(THE INPUT):
########

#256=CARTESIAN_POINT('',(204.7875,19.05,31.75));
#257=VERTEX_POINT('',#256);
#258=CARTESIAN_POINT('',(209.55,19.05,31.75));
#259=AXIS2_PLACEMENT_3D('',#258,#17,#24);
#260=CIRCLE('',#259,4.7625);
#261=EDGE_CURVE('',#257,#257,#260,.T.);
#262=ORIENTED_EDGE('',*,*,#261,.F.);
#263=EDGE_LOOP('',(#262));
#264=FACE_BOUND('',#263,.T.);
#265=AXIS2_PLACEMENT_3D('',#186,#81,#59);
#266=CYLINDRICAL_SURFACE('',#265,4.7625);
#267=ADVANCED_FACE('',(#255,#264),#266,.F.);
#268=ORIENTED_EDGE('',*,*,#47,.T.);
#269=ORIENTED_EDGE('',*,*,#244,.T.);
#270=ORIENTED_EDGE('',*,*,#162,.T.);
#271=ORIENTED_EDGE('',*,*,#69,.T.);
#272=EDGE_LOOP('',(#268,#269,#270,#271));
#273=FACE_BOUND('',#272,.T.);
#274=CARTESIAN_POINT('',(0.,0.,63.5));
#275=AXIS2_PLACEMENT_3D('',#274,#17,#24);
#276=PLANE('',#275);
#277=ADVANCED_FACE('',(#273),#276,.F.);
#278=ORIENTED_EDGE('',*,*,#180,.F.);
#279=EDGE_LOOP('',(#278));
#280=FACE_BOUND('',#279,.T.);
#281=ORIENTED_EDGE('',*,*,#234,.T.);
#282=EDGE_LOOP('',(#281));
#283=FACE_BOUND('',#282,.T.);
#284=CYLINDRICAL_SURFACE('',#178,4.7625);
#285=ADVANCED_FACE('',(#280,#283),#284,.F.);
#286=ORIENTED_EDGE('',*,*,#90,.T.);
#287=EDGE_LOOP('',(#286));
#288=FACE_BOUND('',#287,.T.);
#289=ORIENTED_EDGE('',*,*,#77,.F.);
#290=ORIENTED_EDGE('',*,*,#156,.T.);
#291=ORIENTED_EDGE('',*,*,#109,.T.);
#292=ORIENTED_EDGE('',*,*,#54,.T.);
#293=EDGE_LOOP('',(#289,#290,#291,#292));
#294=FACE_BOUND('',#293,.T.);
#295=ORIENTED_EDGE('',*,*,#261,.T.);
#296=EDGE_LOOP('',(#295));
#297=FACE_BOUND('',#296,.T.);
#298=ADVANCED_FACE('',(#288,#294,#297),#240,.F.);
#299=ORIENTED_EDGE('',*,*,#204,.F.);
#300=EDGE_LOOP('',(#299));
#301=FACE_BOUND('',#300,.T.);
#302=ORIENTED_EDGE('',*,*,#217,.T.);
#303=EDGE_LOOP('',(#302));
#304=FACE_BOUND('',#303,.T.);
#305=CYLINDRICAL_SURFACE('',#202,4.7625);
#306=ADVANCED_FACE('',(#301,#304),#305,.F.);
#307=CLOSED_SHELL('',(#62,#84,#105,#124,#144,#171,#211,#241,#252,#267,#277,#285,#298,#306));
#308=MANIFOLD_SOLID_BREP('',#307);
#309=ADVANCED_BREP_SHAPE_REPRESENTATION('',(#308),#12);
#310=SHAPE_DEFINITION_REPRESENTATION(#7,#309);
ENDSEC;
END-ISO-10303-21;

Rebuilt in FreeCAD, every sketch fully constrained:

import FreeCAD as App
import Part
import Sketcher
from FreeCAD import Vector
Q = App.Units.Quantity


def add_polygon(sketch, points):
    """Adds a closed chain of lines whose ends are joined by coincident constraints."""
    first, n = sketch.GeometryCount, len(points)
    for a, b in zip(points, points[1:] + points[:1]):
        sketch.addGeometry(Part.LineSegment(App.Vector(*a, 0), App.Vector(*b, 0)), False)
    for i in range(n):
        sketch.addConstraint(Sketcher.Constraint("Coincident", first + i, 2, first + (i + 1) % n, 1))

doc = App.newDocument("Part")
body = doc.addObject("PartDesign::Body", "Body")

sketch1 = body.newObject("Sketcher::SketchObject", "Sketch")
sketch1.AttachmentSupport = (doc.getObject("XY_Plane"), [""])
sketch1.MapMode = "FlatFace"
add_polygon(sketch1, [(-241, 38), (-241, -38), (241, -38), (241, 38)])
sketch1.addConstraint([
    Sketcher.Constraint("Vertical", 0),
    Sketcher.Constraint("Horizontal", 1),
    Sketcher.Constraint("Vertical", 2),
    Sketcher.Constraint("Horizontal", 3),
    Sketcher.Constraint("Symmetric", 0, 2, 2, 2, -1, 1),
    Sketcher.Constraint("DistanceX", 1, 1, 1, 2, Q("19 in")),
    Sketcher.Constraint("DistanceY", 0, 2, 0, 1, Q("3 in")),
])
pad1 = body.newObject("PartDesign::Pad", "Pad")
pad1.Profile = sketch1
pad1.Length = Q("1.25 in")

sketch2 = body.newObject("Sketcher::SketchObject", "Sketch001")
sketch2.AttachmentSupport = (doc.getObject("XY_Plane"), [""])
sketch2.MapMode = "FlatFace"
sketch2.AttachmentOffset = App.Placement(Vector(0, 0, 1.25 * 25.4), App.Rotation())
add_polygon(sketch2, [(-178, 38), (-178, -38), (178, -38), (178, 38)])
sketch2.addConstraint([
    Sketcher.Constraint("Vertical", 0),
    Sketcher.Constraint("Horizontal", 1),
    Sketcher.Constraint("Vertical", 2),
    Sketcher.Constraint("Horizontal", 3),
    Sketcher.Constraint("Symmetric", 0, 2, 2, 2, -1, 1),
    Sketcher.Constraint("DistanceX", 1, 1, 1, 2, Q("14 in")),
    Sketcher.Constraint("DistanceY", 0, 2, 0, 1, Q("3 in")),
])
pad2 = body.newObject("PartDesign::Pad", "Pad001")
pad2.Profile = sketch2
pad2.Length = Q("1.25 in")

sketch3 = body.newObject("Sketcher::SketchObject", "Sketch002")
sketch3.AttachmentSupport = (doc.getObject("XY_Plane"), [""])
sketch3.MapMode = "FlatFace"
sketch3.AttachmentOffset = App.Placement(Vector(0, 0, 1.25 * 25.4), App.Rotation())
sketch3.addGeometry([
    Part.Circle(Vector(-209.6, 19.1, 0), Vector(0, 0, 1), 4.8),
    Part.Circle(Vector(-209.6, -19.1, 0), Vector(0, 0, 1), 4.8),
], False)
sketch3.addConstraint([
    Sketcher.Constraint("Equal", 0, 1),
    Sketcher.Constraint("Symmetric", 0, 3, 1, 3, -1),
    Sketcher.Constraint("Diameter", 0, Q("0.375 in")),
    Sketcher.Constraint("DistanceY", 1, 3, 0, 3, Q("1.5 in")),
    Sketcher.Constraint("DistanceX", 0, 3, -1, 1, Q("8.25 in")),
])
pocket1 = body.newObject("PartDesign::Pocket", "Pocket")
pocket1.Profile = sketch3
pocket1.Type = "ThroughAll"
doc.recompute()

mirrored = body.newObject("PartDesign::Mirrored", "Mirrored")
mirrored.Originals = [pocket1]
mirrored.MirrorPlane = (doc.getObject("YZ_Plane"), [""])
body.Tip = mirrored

########

(AIM OF THE TASK): Copy out word for word each line of the listing, from the very first line down to the line containing "#283=FACE_BOUND('',#282,.T.);", and stop after that line.

(SOLUTION TO THE EXERCISE):
#256=CARTESIAN_POINT('',(204.7875,19.05,31.75));
#257=VERTEX_POINT('',#256);
#258=CARTESIAN_POINT('',(209.55,19.05,31.75));
#259=AXIS2_PLACEMENT_3D('',#258,#17,#24);
#260=CIRCLE('',#259,4.7625);
#261=EDGE_CURVE('',#257,#257,#260,.T.);
#262=ORIENTED_EDGE('',*,*,#261,.F.);
#263=EDGE_LOOP('',(#262));
#264=FACE_BOUND('',#263,.T.);
#265=AXIS2_PLACEMENT_3D('',#186,#81,#59);
#266=CYLINDRICAL_SURFACE('',#265,4.7625);
#267=ADVANCED_FACE('',(#255,#264),#266,.F.);
#268=ORIENTED_EDGE('',*,*,#47,.T.);
#269=ORIENTED_EDGE('',*,*,#244,.T.);
#270=ORIENTED_EDGE('',*,*,#162,.T.);
#271=ORIENTED_EDGE('',*,*,#69,.T.);
#272=EDGE_LOOP('',(#268,#269,#270,#271));
#273=FACE_BOUND('',#272,.T.);
#274=CARTESIAN_POINT('',(0.,0.,63.5));
#275=AXIS2_PLACEMENT_3D('',#274,#17,#24);
#276=PLANE('',#275);
#277=ADVANCED_FACE('',(#273),#276,.F.);
#278=ORIENTED_EDGE('',*,*,#180,.F.);
#279=EDGE_LOOP('',(#278));
#280=FACE_BOUND('',#279,.T.);
#281=ORIENTED_EDGE('',*,*,#234,.T.);
#282=EDGE_LOOP('',(#281));
#283=FACE_BOUND('',#282,.T.);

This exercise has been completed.